Task to complete:
Take the entries below and print, exactly, the stretch from the line containing "#253=ORIENTED_EDGE('',*,*,#206,.T.);" through the line containing "#264=ORIENTED_EDGE('',*,*,#157,.T.);", both included.

Source material:
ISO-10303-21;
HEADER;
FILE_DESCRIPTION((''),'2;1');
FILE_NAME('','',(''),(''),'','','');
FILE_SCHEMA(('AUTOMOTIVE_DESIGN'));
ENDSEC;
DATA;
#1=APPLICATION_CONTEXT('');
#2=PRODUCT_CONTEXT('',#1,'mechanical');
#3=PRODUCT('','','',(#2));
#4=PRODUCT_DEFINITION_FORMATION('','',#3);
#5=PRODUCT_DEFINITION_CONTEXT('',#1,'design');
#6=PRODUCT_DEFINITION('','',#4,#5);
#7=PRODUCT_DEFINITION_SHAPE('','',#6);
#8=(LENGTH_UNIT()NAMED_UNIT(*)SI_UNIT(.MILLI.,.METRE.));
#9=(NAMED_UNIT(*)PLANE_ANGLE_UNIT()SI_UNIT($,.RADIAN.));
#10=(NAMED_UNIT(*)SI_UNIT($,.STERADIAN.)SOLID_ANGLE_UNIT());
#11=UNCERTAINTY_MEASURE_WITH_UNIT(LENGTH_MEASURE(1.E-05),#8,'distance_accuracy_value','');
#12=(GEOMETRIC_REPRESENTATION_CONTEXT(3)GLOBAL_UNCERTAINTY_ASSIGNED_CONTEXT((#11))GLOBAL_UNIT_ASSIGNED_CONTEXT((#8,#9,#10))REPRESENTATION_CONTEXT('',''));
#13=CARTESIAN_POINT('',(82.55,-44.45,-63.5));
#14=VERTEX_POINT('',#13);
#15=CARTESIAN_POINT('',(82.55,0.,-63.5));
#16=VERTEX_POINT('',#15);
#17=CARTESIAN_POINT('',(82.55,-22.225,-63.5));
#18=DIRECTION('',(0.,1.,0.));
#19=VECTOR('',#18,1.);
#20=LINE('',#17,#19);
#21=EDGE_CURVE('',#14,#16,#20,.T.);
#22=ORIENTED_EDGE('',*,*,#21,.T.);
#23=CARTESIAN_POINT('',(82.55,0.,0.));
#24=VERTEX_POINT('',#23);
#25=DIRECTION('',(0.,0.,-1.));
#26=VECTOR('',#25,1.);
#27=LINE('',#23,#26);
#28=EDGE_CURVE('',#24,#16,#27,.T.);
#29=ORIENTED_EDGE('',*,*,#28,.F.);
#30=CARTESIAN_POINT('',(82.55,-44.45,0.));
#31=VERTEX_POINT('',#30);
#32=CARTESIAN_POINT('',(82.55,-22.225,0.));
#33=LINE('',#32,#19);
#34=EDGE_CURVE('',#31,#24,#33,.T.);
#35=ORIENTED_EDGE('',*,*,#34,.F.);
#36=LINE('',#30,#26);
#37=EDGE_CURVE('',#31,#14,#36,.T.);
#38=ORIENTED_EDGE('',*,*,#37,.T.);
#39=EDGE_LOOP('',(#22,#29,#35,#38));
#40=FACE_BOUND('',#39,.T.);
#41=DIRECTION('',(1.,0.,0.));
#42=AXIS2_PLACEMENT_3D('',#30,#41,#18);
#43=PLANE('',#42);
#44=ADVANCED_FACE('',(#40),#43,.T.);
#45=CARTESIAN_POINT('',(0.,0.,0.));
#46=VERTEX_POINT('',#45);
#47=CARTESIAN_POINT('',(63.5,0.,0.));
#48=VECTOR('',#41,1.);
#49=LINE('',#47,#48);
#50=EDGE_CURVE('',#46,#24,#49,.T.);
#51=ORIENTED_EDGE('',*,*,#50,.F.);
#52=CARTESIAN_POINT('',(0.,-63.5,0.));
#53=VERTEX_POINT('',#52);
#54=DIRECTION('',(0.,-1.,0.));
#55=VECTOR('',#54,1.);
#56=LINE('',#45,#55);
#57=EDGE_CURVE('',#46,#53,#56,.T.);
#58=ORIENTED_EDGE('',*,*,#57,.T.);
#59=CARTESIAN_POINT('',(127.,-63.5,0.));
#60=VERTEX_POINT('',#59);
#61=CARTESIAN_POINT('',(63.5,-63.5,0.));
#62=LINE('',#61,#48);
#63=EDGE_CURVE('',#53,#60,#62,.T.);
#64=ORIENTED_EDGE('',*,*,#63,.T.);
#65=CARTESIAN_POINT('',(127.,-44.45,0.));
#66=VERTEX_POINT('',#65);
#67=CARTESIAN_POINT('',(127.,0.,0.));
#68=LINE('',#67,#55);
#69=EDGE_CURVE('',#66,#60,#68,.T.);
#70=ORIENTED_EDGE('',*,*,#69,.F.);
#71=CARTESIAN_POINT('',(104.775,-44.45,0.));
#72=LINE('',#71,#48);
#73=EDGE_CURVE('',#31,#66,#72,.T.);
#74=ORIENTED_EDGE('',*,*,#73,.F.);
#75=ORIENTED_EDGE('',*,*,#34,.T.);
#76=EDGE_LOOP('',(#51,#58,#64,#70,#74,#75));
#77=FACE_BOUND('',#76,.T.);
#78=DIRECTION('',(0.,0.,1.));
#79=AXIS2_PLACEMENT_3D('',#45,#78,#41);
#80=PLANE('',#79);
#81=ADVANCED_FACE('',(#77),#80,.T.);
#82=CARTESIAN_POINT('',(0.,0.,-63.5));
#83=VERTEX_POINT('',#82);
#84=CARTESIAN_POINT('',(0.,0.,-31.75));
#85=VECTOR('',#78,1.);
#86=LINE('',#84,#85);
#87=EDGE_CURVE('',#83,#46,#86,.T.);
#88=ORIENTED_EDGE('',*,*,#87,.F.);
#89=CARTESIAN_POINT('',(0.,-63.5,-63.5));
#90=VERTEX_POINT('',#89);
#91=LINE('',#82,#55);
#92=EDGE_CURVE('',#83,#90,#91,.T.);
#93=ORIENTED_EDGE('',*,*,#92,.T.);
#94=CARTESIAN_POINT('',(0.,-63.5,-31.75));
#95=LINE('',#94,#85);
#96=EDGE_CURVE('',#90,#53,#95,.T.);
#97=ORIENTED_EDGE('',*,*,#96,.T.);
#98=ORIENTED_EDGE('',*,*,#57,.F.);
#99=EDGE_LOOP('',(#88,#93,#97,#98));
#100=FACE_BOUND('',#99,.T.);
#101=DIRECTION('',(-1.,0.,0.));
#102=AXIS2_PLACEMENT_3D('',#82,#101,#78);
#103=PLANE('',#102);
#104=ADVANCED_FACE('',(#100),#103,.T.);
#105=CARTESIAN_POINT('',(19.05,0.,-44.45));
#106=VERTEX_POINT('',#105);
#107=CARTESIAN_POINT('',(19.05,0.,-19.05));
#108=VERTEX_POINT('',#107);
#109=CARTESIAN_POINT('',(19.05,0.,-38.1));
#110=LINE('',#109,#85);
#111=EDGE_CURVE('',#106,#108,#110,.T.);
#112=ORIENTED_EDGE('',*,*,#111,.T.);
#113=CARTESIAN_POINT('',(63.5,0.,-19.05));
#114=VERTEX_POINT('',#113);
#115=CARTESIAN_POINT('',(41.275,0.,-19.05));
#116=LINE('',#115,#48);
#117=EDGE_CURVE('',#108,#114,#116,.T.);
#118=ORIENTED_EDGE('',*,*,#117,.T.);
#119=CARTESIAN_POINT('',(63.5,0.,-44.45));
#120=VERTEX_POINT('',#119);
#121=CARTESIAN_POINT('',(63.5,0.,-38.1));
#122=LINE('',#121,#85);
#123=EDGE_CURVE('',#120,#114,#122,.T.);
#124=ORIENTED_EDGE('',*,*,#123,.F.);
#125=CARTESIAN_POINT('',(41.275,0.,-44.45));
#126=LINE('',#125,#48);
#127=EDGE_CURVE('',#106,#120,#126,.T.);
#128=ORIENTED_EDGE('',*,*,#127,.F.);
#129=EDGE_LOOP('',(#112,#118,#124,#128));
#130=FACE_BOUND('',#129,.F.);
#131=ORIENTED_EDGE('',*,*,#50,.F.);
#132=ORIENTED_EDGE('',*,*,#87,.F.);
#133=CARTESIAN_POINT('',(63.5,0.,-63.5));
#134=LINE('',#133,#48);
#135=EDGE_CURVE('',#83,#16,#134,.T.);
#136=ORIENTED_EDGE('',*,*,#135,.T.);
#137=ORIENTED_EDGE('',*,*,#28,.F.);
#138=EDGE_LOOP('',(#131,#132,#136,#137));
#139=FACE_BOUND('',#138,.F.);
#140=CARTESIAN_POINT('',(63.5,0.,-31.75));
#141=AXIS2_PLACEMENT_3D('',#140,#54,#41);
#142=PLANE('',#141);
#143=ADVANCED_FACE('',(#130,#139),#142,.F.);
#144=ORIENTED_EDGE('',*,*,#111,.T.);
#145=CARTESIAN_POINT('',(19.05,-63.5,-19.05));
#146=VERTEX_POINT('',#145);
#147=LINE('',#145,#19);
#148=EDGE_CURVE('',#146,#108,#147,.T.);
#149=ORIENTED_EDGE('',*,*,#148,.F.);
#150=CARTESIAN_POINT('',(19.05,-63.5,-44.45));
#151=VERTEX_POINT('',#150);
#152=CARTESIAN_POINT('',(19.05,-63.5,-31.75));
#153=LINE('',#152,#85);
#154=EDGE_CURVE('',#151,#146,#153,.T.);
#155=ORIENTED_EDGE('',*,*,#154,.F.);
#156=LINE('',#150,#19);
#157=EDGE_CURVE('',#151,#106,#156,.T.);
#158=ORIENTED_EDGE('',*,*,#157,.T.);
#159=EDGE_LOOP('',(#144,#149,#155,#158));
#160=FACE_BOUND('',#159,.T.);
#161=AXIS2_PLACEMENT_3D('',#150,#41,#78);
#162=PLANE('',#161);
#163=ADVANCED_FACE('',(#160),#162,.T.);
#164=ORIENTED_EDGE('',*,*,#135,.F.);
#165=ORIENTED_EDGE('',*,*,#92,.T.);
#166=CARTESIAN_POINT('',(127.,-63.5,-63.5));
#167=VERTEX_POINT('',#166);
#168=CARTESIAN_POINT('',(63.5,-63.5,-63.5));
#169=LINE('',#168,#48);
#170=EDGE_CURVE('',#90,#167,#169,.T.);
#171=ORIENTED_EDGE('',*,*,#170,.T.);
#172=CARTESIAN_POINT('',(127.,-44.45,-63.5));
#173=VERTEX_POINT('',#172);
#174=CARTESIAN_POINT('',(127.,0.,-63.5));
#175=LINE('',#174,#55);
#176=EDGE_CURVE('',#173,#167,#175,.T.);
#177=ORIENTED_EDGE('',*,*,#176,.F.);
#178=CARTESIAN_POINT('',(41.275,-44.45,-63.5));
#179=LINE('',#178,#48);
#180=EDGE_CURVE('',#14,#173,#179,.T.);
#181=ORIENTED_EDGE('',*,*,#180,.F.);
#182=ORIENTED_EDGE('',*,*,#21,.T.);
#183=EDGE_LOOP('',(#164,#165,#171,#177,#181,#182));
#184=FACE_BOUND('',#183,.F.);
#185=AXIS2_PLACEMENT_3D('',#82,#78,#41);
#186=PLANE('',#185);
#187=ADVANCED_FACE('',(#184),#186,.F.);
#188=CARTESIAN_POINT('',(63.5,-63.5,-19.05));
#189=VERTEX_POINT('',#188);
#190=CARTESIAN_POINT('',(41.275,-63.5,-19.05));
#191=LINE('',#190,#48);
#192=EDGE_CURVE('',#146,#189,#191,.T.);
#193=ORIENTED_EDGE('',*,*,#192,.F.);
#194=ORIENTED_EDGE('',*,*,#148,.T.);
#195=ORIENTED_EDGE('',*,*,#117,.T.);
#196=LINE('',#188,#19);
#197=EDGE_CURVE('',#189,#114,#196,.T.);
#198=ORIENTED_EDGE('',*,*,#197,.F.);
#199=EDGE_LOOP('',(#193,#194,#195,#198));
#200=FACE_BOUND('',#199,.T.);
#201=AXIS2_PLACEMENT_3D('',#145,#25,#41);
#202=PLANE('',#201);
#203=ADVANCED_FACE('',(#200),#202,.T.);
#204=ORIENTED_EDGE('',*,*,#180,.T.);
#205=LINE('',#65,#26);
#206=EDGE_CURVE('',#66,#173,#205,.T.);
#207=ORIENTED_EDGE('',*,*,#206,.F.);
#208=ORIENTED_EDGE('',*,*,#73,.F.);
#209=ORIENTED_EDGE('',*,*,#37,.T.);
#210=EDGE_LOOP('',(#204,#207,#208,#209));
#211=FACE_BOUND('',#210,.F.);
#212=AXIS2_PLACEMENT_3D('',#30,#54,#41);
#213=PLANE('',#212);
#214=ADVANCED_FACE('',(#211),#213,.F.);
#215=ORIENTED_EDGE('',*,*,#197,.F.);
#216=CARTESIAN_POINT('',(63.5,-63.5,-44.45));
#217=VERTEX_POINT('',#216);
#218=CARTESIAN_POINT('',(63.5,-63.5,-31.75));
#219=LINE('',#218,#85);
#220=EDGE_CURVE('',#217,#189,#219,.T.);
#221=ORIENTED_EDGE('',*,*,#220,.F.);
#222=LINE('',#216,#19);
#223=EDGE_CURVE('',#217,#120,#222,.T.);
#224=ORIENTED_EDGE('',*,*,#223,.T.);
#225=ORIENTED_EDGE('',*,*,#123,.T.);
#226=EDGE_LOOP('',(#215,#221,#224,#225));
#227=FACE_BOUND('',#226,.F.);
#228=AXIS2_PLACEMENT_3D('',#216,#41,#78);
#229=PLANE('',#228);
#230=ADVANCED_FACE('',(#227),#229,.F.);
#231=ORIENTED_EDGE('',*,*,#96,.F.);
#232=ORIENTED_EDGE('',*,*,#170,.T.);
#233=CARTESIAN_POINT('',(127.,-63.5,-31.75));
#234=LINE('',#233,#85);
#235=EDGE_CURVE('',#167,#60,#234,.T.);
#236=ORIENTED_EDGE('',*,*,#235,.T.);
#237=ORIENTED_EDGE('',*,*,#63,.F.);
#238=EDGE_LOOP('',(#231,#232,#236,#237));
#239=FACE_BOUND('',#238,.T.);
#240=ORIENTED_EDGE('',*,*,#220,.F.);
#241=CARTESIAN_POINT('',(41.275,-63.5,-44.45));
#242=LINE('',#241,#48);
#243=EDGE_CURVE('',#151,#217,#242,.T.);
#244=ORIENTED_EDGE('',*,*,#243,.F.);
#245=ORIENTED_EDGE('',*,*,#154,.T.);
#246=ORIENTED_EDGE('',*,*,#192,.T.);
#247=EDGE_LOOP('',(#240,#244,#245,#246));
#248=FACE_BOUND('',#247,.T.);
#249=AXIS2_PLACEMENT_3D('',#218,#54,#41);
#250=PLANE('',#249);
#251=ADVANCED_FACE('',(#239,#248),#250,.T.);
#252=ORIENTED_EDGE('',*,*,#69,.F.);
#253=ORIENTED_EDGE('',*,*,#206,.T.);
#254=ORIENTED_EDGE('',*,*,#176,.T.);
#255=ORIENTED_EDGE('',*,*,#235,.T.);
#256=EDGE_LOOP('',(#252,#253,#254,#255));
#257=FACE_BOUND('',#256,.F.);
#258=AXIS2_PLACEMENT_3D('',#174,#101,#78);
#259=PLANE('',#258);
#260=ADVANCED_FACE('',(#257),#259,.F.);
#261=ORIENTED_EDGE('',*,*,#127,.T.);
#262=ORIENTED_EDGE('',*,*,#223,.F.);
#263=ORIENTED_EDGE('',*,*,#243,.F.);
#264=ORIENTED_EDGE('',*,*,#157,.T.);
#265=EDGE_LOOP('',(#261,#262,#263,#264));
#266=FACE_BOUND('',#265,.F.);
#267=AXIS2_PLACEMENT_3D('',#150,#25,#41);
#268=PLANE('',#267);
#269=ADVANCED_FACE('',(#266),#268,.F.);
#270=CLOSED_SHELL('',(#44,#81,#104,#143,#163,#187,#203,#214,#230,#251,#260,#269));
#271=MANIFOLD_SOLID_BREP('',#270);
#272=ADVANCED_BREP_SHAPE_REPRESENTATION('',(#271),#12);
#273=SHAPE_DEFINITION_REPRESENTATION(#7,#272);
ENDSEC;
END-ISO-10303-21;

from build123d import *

# Parameters (mm, degrees)
F0_W     = 127
F0_H     = 63.5
F1_DEPTH = 63.5
F2_W     = 44.45
F2_H     = 25.4
F3_DEPTH = 63.501
F4_W     = 44.45
F4_H     = 44.45
F5_DEPTH = 63.501


with BuildPart() as f1:
    # F0 (on Front) → F1 (new body)
    with BuildSketch(Plane.XZ):
        with Locations((63.5, -31.75)):
            Rectangle(F0_W, F0_H)
    extrude(amount=F1_DEPTH)

    # F2 (on face) → F3 (cut, through all)
    with BuildSketch(Plane.XZ.offset(63.5)):
        with Locations((41.275, -31.75)):
            Rectangle(F2_W, F2_H)
    extrude(amount=-F3_DEPTH, mode=Mode.SUBTRACT)

    # F4 (on face) → F5 (cut, through all)
    with BuildSketch(Plane.XY):
        with Locations((104.775, -22.225)):
            Rectangle(F4_W, F4_H)
    extrude(amount=-F5_DEPTH, mode=Mode.SUBTRACT)


solid = f1.part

Result of this task:
#253=ORIENTED_EDGE('',*,*,#206,.T.);
#254=ORIENTED_EDGE('',*,*,#176,.T.);
#255=ORIENTED_EDGE('',*,*,#235,.T.);
#256=EDGE_LOOP('',(#252,#253,#254,#255));
#257=FACE_BOUND('',#256,.F.);
#258=AXIS2_PLACEMENT_3D('',#174,#101,#78);
#259=PLANE('',#258);
#260=ADVANCED_FACE('',(#257),#259,.F.);
#261=ORIENTED_EDGE('',*,*,#127,.T.);
#262=ORIENTED_EDGE('',*,*,#223,.F.);
#263=ORIENTED_EDGE('',*,*,#243,.F.);
#264=ORIENTED_EDGE('',*,*,#157,.T.);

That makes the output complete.